▶ INSTRUCTIONS FOR THE TASK
Starting at the top of the entries below, print each line exactly until the line with "#25=VERTEX_POINT('',#24);" has been printed too.

▶ AVAILABLE DATA

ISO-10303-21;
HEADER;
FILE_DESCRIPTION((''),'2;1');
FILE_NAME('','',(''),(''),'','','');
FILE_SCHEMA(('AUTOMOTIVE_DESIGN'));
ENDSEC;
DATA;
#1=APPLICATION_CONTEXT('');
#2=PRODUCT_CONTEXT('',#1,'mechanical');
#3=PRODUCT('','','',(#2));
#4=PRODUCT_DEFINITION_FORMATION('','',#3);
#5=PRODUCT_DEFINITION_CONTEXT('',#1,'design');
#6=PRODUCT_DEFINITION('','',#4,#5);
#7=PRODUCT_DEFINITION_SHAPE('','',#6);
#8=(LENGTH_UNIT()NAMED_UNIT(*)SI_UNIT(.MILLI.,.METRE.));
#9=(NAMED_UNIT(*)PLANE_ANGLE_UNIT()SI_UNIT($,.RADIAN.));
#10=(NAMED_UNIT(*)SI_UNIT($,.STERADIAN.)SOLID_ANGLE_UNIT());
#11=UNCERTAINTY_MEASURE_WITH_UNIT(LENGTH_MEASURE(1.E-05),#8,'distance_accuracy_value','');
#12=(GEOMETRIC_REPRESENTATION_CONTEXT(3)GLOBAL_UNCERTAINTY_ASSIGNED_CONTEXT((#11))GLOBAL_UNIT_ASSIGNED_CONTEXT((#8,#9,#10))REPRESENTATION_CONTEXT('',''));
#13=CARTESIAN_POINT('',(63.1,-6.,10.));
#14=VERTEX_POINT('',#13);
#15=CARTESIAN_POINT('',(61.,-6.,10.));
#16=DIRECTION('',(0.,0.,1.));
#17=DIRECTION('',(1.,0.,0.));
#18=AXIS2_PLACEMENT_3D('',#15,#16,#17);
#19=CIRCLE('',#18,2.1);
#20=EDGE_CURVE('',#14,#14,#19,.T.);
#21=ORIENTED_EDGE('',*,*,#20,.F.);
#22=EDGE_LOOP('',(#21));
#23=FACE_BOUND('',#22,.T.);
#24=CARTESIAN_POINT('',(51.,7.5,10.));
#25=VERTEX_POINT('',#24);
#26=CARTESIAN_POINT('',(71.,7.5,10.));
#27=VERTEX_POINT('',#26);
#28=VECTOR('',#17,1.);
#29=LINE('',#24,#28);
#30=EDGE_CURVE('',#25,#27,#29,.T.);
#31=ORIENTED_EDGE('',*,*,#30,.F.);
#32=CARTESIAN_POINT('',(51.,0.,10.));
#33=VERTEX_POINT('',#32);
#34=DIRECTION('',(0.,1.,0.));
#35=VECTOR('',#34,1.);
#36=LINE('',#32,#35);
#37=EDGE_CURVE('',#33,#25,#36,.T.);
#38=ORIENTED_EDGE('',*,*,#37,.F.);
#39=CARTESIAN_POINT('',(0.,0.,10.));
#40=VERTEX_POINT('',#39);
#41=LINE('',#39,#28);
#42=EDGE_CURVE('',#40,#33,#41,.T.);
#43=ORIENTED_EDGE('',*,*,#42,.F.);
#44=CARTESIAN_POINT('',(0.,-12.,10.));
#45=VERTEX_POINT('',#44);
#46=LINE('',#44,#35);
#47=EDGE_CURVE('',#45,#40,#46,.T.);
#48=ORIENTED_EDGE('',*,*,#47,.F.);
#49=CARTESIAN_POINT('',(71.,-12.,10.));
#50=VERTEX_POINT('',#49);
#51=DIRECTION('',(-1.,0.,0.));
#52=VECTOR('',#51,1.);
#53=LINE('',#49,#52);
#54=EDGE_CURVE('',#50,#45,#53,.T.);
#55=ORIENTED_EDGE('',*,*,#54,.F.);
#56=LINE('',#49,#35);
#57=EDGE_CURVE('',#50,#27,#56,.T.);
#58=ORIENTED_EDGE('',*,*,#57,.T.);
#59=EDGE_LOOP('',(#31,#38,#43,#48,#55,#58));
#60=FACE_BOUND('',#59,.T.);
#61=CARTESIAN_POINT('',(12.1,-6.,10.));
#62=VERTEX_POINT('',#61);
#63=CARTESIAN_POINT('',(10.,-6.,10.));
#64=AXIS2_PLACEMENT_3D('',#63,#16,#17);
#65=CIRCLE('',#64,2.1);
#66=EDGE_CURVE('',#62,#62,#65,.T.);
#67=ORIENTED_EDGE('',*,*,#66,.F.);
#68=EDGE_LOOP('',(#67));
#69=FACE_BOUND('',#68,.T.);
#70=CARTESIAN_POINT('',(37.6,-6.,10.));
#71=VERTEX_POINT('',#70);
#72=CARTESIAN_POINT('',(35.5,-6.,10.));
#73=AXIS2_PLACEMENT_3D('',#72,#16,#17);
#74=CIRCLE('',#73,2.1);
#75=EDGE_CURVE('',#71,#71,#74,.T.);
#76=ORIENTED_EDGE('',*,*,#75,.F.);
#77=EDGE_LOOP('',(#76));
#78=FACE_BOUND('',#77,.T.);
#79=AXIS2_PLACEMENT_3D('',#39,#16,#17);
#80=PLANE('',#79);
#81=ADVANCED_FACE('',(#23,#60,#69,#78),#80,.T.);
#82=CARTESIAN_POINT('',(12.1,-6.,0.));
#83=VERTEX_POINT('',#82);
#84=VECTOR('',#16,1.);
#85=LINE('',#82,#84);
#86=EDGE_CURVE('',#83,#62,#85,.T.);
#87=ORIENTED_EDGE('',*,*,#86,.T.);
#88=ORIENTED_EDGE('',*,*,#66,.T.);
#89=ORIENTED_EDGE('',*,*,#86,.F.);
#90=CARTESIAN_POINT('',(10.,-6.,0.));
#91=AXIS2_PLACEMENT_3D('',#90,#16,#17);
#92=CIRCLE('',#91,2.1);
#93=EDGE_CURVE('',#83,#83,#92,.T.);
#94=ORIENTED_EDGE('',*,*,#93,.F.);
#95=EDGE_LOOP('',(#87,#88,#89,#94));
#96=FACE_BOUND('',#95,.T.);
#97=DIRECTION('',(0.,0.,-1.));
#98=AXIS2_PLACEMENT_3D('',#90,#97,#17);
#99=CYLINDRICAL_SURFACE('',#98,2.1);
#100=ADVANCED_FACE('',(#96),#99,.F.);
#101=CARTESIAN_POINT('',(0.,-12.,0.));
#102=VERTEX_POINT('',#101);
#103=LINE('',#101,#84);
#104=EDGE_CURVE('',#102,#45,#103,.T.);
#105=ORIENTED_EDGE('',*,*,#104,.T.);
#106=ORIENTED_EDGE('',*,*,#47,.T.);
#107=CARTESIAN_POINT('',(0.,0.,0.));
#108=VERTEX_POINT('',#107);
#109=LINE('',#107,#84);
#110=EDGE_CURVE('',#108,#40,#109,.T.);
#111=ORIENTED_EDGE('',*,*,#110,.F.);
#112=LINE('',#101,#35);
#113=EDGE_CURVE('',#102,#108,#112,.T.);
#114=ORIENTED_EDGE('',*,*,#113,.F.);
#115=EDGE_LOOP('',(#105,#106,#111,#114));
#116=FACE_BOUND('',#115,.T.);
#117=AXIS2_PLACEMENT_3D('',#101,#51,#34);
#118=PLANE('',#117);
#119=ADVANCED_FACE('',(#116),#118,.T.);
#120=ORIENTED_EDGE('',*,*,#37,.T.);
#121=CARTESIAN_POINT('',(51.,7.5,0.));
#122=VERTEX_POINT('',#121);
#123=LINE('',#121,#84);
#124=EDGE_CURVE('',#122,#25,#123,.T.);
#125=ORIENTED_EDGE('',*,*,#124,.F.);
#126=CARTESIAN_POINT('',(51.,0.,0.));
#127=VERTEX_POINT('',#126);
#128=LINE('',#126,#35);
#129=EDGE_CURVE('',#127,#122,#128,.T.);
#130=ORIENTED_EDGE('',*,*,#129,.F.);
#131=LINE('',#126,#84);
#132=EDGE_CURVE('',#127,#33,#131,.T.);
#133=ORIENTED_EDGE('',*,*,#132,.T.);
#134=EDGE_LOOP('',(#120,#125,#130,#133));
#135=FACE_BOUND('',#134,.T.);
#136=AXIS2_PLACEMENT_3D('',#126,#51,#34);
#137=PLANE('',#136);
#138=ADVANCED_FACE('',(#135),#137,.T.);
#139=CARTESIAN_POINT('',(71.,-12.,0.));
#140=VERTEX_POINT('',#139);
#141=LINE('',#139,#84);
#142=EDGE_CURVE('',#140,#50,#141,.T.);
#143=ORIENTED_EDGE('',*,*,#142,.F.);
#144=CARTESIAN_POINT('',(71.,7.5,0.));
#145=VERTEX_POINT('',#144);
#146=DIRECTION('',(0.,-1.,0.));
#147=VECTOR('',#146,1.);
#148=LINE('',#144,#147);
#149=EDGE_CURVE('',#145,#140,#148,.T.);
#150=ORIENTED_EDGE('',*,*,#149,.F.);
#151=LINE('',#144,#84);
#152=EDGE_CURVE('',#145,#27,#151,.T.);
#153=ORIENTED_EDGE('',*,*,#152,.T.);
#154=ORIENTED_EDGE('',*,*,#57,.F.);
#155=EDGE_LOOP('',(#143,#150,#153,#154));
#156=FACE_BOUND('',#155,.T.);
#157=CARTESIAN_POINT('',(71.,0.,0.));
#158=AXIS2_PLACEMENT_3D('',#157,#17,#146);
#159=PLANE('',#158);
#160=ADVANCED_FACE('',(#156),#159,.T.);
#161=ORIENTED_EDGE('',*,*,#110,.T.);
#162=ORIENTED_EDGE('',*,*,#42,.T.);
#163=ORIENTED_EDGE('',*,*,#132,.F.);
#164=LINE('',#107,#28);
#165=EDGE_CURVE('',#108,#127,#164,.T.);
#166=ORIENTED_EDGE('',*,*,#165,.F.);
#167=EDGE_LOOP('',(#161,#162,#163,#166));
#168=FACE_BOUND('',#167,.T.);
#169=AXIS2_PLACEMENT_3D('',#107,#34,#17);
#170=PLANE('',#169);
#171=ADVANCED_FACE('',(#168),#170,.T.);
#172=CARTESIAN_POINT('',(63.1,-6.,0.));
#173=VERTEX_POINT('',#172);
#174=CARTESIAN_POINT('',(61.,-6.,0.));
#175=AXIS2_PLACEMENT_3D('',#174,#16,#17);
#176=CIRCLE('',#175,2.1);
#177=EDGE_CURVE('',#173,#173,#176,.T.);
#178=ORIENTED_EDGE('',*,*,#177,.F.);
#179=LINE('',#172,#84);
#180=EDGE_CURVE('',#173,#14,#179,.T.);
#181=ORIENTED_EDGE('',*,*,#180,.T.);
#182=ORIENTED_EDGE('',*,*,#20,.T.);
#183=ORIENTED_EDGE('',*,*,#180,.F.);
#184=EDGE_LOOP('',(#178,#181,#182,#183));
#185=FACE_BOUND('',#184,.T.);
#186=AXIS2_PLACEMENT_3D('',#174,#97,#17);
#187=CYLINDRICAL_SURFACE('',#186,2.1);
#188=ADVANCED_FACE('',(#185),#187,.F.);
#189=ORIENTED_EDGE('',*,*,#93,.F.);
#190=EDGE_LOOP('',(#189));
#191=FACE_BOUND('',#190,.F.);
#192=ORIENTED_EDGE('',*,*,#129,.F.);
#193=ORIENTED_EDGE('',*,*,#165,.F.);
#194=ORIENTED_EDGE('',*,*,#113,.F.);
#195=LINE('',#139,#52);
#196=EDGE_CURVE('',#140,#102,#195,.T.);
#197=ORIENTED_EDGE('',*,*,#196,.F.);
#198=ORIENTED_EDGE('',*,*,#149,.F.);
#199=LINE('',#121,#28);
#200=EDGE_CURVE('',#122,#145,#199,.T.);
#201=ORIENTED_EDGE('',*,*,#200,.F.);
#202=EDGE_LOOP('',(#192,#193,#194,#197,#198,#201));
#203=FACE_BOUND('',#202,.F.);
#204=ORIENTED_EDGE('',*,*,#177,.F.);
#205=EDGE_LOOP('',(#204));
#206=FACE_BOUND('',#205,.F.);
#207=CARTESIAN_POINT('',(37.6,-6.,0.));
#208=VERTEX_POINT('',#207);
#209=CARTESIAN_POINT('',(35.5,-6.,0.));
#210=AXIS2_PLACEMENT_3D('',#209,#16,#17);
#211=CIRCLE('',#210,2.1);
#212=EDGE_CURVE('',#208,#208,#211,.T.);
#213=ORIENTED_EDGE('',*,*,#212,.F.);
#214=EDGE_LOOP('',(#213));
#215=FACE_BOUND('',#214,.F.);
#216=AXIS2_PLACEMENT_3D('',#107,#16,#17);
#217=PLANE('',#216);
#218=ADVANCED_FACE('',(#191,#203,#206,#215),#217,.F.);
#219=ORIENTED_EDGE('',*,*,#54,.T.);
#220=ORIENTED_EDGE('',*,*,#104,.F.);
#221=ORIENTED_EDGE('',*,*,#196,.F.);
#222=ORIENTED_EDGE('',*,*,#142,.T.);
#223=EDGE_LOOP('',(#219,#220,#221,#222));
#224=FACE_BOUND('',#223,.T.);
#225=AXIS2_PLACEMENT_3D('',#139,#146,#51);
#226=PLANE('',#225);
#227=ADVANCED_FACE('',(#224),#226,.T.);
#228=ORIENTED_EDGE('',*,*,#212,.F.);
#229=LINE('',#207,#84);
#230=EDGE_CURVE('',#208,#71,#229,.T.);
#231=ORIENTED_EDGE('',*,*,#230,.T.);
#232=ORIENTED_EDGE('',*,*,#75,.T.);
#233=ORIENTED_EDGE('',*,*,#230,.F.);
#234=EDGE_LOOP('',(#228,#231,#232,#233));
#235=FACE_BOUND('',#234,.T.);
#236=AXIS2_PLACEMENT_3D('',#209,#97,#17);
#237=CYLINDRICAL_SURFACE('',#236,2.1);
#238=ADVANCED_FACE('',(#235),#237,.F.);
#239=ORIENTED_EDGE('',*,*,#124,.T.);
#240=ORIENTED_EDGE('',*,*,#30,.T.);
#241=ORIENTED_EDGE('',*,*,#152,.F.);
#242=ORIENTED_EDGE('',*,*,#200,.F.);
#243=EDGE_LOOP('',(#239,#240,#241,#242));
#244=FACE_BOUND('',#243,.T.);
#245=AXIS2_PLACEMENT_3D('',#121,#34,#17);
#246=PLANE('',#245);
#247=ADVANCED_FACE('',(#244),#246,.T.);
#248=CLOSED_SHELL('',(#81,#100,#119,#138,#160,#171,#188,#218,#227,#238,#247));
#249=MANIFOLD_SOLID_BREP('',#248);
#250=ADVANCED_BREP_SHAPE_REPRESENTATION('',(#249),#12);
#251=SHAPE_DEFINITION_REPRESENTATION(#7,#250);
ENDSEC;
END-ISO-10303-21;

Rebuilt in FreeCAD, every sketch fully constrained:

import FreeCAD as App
import Part
import Sketcher

V = App.Vector
Q = App.Units.Quantity

doc = App.newDocument("Part")
body = doc.addObject("PartDesign::Body", "Body")

# Sketch on XY plane
sketch1 = doc.addObject("Sketcher::SketchObject", "Sketch")
body.addObject(sketch1)
sketch1.AttachmentSupport = (doc.XY_Plane, [""])
sketch1.MapMode = "FlatFace"
sketch1.addGeometry([
    Part.LineSegment(V(51, 0, 0), V(0, 0, 0)),  # 0
    Part.LineSegment(V(0, 0, 0), V(0, -12, 0)),  # 1
    Part.LineSegment(V(0, -12, 0), V(71, -12, 0)),  # 2
    Part.LineSegment(V(71, -12, 0), V(71, 7.5, 0)),  # 3
    Part.LineSegment(V(71, 7.5, 0), V(51, 7.5, 0)),  # 4
    Part.LineSegment(V(51, 7.5, 0), V(51, 0, 0)),  # 5
    Part.Circle(V(10, -6, 0), V(0, 0, 1), 2.1),  # 6
    Part.Circle(V(35.5, -6, 0), V(0, 0, 1), 2.1),  # 7
    Part.Circle(V(61, -6, 0), V(0, 0, 1), 2.1),  # 8
], False)
sketch1.addConstraint([
    Sketcher.Constraint("Coincident", 0, 2, 1, 1),
    Sketcher.Constraint("Coincident", 1, 2, 2, 1),
    Sketcher.Constraint("Coincident", 2, 2, 3, 1),
    Sketcher.Constraint("Coincident", 3, 2, 4, 1),
    Sketcher.Constraint("Coincident", 4, 2, 5, 1),
    Sketcher.Constraint("Coincident", 5, 2, 0, 1),
    Sketcher.Constraint("Horizontal", 0),
    Sketcher.Constraint("Vertical", 1),
    Sketcher.Constraint("Horizontal", 2),
    Sketcher.Constraint("Vertical", 3),
    Sketcher.Constraint("Horizontal", 4),
    Sketcher.Constraint("Vertical", 5),
    Sketcher.Constraint("Coincident", 0, 2, -1, 1),
    Sketcher.Constraint("Equal", 6, 7),
    Sketcher.Constraint("Equal", 7, 8),
    Sketcher.Constraint("Horizontal", 6, 3, 7, 3),
    Sketcher.Constraint("Horizontal", 7, 3, 8, 3),
    Sketcher.Constraint("Diameter", 6, Q("4.2 mm")),
    Sketcher.Constraint("DistanceX", 2, 1, 2, 2, Q("71 mm")),
    Sketcher.Constraint("DistanceX", 4, 2, 4, 1, Q("20 mm")),
    Sketcher.Constraint("DistanceY", 1, 2, 1, 1, Q("12 mm")),
    Sketcher.Constraint("DistanceY", 5, 2, 5, 1, Q("7.5 mm")),
    Sketcher.Constraint("DistanceX", -1, 1, 6, 3, Q("10 mm")),
    Sketcher.Constraint("DistanceY", 6, 3, -1, 1, Q("6 mm")),
    Sketcher.Constraint("DistanceX", 8, 3, 2, 2, Q("10 mm")),
    Sketcher.Constraint("DistanceX", -1, 1, 7, 3, Q("35.5 mm")),
])
pad1 = doc.addObject("PartDesign::Pad", "Pad")
body.addObject(pad1)
pad1.Profile = sketch1
pad1.Length = 10

doc.recompute()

▶ YOUR RESPONSE
ISO-10303-21;
HEADER;
FILE_DESCRIPTION((''),'2;1');
FILE_NAME('','',(''),(''),'','','');
FILE_SCHEMA(('AUTOMOTIVE_DESIGN'));
ENDSEC;
DATA;
#1=APPLICATION_CONTEXT('');
#2=PRODUCT_CONTEXT('',#1,'mechanical');
#3=PRODUCT('','','',(#2));
#4=PRODUCT_DEFINITION_FORMATION('','',#3);
#5=PRODUCT_DEFINITION_CONTEXT('',#1,'design');
#6=PRODUCT_DEFINITION('','',#4,#5);
#7=PRODUCT_DEFINITION_SHAPE('','',#6);
#8=(LENGTH_UNIT()NAMED_UNIT(*)SI_UNIT(.MILLI.,.METRE.));
#9=(NAMED_UNIT(*)PLANE_ANGLE_UNIT()SI_UNIT($,.RADIAN.));
#10=(NAMED_UNIT(*)SI_UNIT($,.STERADIAN.)SOLID_ANGLE_UNIT());
#11=UNCERTAINTY_MEASURE_WITH_UNIT(LENGTH_MEASURE(1.E-05),#8,'distance_accuracy_value','');
#12=(GEOMETRIC_REPRESENTATION_CONTEXT(3)GLOBAL_UNCERTAINTY_ASSIGNED_CONTEXT((#11))GLOBAL_UNIT_ASSIGNED_CONTEXT((#8,#9,#10))REPRESENTATION_CONTEXT('',''));
#13=CARTESIAN_POINT('',(63.1,-6.,10.));
#14=VERTEX_POINT('',#13);
#15=CARTESIAN_POINT('',(61.,-6.,10.));
#16=DIRECTION('',(0.,0.,1.));
#17=DIRECTION('',(1.,0.,0.));
#18=AXIS2_PLACEMENT_3D('',#15,#16,#17);
#19=CIRCLE('',#18,2.1);
#20=EDGE_CURVE('',#14,#14,#19,.T.);
#21=ORIENTED_EDGE('',*,*,#20,.F.);
#22=EDGE_LOOP('',(#21));
#23=FACE_BOUND('',#22,.T.);
#24=CARTESIAN_POINT('',(51.,7.5,10.));
#25=VERTEX_POINT('',#24);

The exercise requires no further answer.